I don't think there is a history of added and removed events..
There is a niche for BLD 3BLD 4BLD 5BLD. This was sprouted out of interest. (My estimate is after Dan Sheppard "Of if you spell it that way" uploaded tutorials.

There was that niche for feet. People STILL like it

Then why don't we add a different kind of puzzle that is not as "Twisty" ?
It was very interesting to some people back then. The UWR is 6.6 seconds. My PB on cam was around 8 (I think)

I think the event should be added because of the popularity it kinda gained over the past few weeks. ANother reason is that you can dissect a method and make it waaaay faster.

I found around 20 cases for L8P today. It really helped me get quite a bit faster on the computer version xD


----------



## qqwref (Sep 11, 2013)

I don't think 15 puzzle is a good candidate for putting in the WCA.
- It has no connection to cubing, other than being a permutation puzzle that can be solved quickly. It is neither cubical, nor a twisty puzzle, nor something Rubik has his name on (although he has produced some variations).
- There are many 15 puzzles on the market, but I haven't heard if any mass-production brands that are known to be very good (suggesting the "community" of solvers needs more time to evolve).
- Although it is interesting to try to optimize the movecount, the puzzle itself is very easy to solve, and I would imagine that tps would be the most important limiting factor.


PS: The 6.6 video is obviously set up.


----------



## Daniel Wu (Sep 11, 2013)

Lol at the title of this thread.


----------



## Deleted member 19792 (Sep 11, 2013)

qqwref said:


> I don't think 15 puzzle is a good candidate for putting in the WCA.
> - It has no connection to cubing, other than being a permutation puzzle that can be solved quickly. It is neither cubical, nor a twisty puzzle, nor something Rubik has his name on (although he has produced some variations).
> - There are many 15 puzzles on the market, but I haven't heard if any mass-production brands that are known to be very good (suggesting the "community" of solvers needs more time to evolve).
> - Although it is interesting to try to optimize the movecount, the puzzle itself is very easy to solve, and I would imagine that tps would be the most important limiting factor.
> ...




Mine? Those are random hand scrambles.. But the WR, tbh, is just someone practicing the same scramble over and over again.

There is a Rubiks 15. But that is a huge variation of 15 puzzle.

The one at Barnes and Noble is really really really good after some break in time. If you can't find it, you can find a plastic one online, which can be good sometimes.


----------



## Noahaha (Sep 11, 2013)

strakerak said:


> I don't think there is a history of added and removed events..
> There is a niche for BLD 3BLD 4BLD 5BLD. This was sprouted out of interest. (My estimate is after Dan Sheppard "Of if you spell it that way" uploaded tutorials.
> 
> There was that niche for feet. People STILL like it
> ...



If you want to use the popularity argument, then Skewb should be added first, and the. 15 puzzle after about 3 years of people wanting it.


----------



## Deleted member 19792 (Sep 11, 2013)

Noahaha said:


> If you want to use the popularity argument, then Skewb should be added first, and the. 15 puzzle after about 3 years of people wanting it.

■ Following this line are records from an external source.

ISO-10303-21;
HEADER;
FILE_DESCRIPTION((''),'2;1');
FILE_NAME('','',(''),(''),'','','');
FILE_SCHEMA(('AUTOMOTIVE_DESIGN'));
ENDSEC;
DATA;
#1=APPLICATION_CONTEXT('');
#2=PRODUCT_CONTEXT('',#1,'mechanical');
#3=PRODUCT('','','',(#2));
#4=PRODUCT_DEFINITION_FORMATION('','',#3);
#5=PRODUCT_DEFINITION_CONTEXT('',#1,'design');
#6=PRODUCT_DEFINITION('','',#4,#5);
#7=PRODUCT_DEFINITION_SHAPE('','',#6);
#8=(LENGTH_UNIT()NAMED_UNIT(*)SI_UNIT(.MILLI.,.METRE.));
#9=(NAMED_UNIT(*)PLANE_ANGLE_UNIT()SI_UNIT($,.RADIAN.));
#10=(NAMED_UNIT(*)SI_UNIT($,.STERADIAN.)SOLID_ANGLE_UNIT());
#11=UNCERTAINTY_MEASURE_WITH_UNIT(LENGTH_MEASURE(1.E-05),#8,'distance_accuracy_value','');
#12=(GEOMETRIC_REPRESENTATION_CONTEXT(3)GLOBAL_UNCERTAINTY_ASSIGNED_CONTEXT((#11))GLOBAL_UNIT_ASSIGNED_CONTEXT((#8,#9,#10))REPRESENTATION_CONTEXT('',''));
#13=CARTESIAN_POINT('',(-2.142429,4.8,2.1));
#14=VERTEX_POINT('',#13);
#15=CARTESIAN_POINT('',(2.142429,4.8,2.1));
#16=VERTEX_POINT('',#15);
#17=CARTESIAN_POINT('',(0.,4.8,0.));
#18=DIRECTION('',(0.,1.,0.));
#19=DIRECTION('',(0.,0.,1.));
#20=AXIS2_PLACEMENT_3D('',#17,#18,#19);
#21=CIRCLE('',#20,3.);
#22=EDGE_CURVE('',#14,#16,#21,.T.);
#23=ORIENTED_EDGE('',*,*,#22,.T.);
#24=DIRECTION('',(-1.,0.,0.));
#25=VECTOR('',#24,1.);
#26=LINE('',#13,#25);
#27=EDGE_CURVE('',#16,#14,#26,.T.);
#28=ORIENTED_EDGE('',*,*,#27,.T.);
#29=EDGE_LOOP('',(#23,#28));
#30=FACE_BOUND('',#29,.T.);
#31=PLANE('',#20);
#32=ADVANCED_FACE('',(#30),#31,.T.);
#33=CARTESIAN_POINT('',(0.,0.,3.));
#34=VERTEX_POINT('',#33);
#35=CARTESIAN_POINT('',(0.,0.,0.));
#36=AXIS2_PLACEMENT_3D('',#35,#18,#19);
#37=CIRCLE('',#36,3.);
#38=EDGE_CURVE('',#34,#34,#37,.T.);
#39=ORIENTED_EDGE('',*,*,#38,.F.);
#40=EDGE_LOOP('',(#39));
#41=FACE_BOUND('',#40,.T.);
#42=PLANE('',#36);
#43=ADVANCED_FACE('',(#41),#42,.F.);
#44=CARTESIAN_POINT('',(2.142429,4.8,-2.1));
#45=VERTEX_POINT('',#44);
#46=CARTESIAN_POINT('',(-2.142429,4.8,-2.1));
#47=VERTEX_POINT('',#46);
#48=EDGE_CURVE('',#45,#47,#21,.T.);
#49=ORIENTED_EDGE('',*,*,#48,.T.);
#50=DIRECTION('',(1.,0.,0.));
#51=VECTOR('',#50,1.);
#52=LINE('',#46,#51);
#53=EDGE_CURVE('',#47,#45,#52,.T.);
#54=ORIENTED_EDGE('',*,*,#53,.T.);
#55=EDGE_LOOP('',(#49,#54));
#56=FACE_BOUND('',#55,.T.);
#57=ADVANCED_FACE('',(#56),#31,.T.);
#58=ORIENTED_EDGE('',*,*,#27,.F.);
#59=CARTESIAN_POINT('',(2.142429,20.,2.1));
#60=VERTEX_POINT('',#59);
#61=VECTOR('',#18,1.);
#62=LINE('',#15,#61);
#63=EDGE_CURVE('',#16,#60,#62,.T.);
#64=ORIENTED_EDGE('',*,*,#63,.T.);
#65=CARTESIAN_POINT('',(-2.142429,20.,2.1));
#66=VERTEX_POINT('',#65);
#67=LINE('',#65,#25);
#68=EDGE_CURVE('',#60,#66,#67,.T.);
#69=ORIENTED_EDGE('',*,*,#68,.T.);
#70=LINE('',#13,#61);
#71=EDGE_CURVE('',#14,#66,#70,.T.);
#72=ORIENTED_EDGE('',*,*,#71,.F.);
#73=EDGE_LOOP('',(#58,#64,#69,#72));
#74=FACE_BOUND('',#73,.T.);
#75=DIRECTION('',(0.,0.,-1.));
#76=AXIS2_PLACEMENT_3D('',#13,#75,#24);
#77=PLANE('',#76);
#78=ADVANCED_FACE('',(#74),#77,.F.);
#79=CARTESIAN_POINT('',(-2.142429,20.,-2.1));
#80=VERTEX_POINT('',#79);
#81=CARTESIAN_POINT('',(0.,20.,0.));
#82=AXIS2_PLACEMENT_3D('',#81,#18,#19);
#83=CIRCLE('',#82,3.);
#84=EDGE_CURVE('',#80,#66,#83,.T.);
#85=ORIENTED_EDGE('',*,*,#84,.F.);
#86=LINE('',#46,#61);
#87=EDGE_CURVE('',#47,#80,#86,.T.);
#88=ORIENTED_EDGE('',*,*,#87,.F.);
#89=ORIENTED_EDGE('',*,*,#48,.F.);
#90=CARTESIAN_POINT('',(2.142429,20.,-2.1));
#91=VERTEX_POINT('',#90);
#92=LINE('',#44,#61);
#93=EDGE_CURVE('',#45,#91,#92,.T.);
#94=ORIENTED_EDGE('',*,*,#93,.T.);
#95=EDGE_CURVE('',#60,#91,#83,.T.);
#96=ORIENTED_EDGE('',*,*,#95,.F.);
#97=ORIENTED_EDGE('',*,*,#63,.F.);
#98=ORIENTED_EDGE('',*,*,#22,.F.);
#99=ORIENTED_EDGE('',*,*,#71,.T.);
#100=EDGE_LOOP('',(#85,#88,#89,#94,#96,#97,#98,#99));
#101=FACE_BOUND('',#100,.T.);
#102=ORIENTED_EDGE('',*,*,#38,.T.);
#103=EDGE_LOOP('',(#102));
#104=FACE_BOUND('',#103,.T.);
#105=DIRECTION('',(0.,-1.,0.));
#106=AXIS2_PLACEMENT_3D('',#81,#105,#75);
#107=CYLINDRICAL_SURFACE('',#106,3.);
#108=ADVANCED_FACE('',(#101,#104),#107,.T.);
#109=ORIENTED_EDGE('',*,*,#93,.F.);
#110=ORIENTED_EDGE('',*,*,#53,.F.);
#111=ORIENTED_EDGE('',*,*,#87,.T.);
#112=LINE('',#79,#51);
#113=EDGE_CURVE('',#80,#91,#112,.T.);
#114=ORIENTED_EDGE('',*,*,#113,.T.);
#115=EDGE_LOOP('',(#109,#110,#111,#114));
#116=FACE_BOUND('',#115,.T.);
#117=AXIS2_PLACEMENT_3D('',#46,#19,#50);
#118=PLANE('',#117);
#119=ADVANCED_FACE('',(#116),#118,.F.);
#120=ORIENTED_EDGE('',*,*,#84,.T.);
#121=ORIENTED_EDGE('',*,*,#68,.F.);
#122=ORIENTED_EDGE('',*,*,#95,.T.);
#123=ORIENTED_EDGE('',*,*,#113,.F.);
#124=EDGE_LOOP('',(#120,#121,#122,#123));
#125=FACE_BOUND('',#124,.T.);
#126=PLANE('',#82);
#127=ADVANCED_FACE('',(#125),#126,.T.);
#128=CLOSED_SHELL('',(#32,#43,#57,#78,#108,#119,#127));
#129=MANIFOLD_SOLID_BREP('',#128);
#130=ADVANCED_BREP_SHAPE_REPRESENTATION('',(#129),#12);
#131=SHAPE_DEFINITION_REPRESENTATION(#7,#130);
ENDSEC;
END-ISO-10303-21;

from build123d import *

# Parameters (mm, degrees)
SKETCH_1_R          = 3
EXTRUDE_1_DEPTH     = 20
CUT_EXTRUDE_START   = -15.2
CUT_EXTRUDE_2_DEPTH = 15.2


with BuildPart() as part:
    # 草图1 → 凸台-拉伸1 (new body)
    with BuildSketch(Plane(origin=(0, 0, 0), x_dir=(1, 0, 0), z_dir=(0, 1, 0))):
        with Locations(Location((0, 0, 0), (0, 0, 270))):
            Circle(SKETCH_1_R)
    extrude(amount=EXTRUDE_1_DEPTH)

    # 草图2 → 切除-拉伸2 (cut)
    with BuildSketch(Plane(origin=(0, 20, 0), x_dir=(1, 0, 0), z_dir=(0, 1, 0)).offset(CUT_EXTRUDE_START)):
        with BuildLine():
            Line((-2.142428529, 2.1), (2.142428529, 2.1))
            ThreePointArc((2.142428529, 2.1), (0, 3), (-2.142428529, 2.1))
        make_face()
        with BuildLine():
            Line((-2.142428529, -2.1), (2.142428529, -2.1))
            ThreePointArc((2.142428529, -2.1), (0, -3), (-2.142428529, -2.1))
        make_face()
    extrude(amount=CUT_EXTRUDE_2_DEPTH, mode=Mode.SUBTRACT)


solid = part.part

I was going to add in about the order of events that should be added. Skewb would have def. been #1. Its alot of fun and you can dissect methods. (Ranzha xD)


----------



## ~Adam~ (Sep 11, 2013)

No.

It does not have enough in common with any current event to consider it IMO.


----------



## rj (Sep 11, 2013)

strakerak said:


> I was going to add in about the order of events that should be added. Skewb would have def. been #1. Its alot of fun and you can dissect methods. (Ranzha xD)

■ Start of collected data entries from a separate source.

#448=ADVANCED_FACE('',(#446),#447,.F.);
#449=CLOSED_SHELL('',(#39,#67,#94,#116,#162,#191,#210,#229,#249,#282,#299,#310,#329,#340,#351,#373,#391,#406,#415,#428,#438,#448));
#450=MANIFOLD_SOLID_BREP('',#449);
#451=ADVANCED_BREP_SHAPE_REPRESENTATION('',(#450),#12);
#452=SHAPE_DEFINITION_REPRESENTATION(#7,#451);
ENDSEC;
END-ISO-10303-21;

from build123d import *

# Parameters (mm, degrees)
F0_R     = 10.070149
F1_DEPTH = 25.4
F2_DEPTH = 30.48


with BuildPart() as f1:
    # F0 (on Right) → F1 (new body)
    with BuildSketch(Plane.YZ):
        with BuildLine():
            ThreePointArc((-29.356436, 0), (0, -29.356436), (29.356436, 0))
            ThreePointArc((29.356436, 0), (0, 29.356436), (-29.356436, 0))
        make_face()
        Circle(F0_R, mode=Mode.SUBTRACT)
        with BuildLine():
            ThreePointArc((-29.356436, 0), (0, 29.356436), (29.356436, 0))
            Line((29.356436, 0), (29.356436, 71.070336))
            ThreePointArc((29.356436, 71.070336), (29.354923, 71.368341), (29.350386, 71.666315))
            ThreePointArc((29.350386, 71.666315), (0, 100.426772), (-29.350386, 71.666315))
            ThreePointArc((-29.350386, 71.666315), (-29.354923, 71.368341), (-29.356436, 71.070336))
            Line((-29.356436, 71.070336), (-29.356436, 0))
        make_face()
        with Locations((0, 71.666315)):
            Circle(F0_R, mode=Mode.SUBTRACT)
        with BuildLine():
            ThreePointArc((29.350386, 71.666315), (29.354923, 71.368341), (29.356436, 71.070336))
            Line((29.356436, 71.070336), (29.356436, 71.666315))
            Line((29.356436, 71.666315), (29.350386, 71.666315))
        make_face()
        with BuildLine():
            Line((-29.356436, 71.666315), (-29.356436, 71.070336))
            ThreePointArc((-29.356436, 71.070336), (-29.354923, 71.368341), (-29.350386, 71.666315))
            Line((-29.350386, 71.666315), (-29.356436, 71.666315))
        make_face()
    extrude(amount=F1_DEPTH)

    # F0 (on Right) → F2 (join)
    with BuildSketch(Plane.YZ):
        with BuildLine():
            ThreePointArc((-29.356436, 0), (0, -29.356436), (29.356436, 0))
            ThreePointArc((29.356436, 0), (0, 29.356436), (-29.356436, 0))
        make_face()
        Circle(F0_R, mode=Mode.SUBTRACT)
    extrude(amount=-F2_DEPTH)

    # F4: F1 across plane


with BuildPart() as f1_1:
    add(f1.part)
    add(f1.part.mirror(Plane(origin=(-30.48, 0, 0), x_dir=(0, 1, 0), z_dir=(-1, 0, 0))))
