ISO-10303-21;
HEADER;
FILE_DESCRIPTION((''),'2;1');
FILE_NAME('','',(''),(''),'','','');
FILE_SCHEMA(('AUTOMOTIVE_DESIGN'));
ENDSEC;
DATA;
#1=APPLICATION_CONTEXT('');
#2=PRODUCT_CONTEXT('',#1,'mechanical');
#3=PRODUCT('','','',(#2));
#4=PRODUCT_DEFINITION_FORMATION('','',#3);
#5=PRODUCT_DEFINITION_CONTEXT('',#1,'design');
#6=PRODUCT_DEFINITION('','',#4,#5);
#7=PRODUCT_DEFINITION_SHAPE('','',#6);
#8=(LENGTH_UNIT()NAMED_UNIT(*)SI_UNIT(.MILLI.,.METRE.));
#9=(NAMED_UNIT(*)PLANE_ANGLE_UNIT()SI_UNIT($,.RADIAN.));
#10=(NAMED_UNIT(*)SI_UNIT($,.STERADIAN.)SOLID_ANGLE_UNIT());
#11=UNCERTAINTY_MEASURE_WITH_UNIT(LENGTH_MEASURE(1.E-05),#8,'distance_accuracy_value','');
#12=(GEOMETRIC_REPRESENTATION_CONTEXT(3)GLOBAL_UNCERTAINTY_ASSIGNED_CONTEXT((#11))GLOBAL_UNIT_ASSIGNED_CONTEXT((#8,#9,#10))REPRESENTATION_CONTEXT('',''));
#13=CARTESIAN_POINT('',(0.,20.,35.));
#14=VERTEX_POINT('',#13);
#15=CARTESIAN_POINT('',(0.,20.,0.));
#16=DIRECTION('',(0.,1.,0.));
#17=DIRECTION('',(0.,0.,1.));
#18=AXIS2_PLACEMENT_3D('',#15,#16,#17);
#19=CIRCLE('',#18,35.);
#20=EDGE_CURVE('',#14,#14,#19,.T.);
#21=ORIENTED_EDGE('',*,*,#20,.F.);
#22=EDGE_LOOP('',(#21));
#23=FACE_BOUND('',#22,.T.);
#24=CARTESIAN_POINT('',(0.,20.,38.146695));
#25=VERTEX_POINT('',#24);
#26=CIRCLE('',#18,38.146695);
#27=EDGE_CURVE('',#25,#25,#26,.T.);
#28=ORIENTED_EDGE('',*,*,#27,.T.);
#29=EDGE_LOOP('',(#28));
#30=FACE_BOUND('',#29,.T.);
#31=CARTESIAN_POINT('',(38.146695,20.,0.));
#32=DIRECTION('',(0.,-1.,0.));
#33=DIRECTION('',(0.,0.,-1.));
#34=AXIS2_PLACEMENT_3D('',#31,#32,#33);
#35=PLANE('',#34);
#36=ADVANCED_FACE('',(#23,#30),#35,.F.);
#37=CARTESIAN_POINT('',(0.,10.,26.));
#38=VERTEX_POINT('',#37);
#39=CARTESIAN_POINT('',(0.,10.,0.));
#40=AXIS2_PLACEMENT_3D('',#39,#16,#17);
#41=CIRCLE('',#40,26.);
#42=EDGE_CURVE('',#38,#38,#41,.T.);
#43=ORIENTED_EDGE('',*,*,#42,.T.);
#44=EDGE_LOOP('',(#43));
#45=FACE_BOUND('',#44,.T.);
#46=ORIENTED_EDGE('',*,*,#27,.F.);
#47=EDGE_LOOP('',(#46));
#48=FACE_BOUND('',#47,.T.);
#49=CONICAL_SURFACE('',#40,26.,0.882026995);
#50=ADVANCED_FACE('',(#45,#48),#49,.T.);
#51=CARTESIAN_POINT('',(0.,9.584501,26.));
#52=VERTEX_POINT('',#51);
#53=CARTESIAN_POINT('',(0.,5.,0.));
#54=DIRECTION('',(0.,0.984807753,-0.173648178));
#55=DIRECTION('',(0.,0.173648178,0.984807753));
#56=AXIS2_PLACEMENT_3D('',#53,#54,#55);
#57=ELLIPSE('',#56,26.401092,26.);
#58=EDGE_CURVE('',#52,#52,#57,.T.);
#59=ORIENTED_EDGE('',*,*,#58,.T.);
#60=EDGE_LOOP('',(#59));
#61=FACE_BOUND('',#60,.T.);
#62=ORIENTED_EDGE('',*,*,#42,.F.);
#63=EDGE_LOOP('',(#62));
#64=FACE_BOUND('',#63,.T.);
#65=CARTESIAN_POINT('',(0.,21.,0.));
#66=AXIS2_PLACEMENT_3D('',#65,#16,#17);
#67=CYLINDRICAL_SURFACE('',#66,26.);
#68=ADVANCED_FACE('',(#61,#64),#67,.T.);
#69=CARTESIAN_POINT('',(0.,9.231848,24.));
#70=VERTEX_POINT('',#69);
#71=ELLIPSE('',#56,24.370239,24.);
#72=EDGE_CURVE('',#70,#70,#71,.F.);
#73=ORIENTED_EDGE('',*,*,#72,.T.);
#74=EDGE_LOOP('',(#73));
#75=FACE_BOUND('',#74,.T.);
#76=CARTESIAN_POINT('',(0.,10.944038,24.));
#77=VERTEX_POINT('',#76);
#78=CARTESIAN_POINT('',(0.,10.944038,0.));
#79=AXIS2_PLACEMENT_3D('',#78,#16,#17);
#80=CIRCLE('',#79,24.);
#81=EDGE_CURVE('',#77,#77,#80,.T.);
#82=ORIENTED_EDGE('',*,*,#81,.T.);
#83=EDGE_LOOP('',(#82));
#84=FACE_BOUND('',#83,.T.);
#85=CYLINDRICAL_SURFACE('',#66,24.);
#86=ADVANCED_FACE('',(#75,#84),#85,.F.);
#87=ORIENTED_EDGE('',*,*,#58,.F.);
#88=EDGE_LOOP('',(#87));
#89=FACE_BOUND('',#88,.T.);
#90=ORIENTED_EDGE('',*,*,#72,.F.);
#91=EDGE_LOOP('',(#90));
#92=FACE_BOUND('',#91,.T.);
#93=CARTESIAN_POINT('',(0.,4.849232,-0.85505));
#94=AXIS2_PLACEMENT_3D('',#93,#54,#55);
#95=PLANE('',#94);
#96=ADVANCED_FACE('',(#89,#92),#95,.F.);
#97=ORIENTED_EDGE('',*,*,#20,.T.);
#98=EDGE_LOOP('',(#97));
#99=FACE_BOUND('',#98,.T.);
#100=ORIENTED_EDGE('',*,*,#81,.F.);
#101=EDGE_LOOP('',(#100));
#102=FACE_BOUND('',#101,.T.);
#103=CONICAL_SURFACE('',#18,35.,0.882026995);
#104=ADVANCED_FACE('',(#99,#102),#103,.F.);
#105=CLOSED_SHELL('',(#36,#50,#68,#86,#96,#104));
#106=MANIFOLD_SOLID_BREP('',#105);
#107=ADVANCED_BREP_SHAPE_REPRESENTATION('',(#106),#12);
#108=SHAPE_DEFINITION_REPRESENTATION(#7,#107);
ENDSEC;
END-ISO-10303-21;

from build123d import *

# Parameters (mm, degrees)
ESQUISSE2_R             = 27.341483355
ENL_V_MAT_EXTRU_1_DEPTH = 57.620245699


with BuildPart() as part:
    # Esquisse1 → Révolution1 (revolve)
    with BuildSketch(Plane.XY):
        Polygon((26, 0), (26, 10), (38.146694728, 20), (35, 20), (24, 10.944038484), (24, 0), align=None)
    revolve(axis=Axis((0, 21, 0), (0, -1, 0)))

    # Esquisse2 → Enlèv. mat.-Extru.1 (cut, through all)
    with BuildSketch(Plane(origin=(0, 4.849231552, -0.855050358), x_dir=(-1, 0, 0), z_dir=(0, 0.984807753012208, -0.17364817766693072))):
        Circle(ESQUISSE2_R)
    extrude(amount=-ENL_V_MAT_EXTRU_1_DEPTH, mode=Mode.SUBTRACT)


solid = part.part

Then 8x8 (& 9x9?). Then mirror blocks. Then 15 puzzle.


----------



## StachuK1992 (Sep 11, 2013)

Absolutely not. There is pretty much no case for this.


----------



## Deleted member 19792 (Sep 11, 2013)

There are varied opinions. I am suggesting it should be added just because of the fun and simplicity behind it


----------



## rj (Sep 11, 2013)

strakerak said:


> There are varied opinions. I am suggesting it should be added just because of the fun and simplicity behind it



Like a harder magic.


----------



## sneaklyfox (Sep 11, 2013)

rj said:


> Like a harder magic.



Nope. It's nothing like magic. Magic requires no real strategy, just fast hands. 15 puzzle has method and strategy involved. I voted "yes" on the poll because I think it would be fun to do 15 puzzle in competition, but actually I should have voted "no" because it doesn't really fit with what WCA is about. For that matter, I don't even think clock should be a WCA event for similar reasons. It's only on there because it's a "Rubik's" puzzle. If 15 puzzle were made by Rubik's, it would be equally valid as clock to be an event IMO. Personally, I think WCA should stick with "twisty" puzzles. Clock is the only one that doesn't fit that description. But who am I? I'm not trying to get rid of clock as an event. I'm just saying.


----------



## XTowncuber (Sep 11, 2013)

I like how Ben always has the best logic, and gets all blame for it. Why the heck would we add 15 puzzle? It's not twisty and there aren't any good ones available. I don't see any reason for it over any of the other events that are constantly suggested.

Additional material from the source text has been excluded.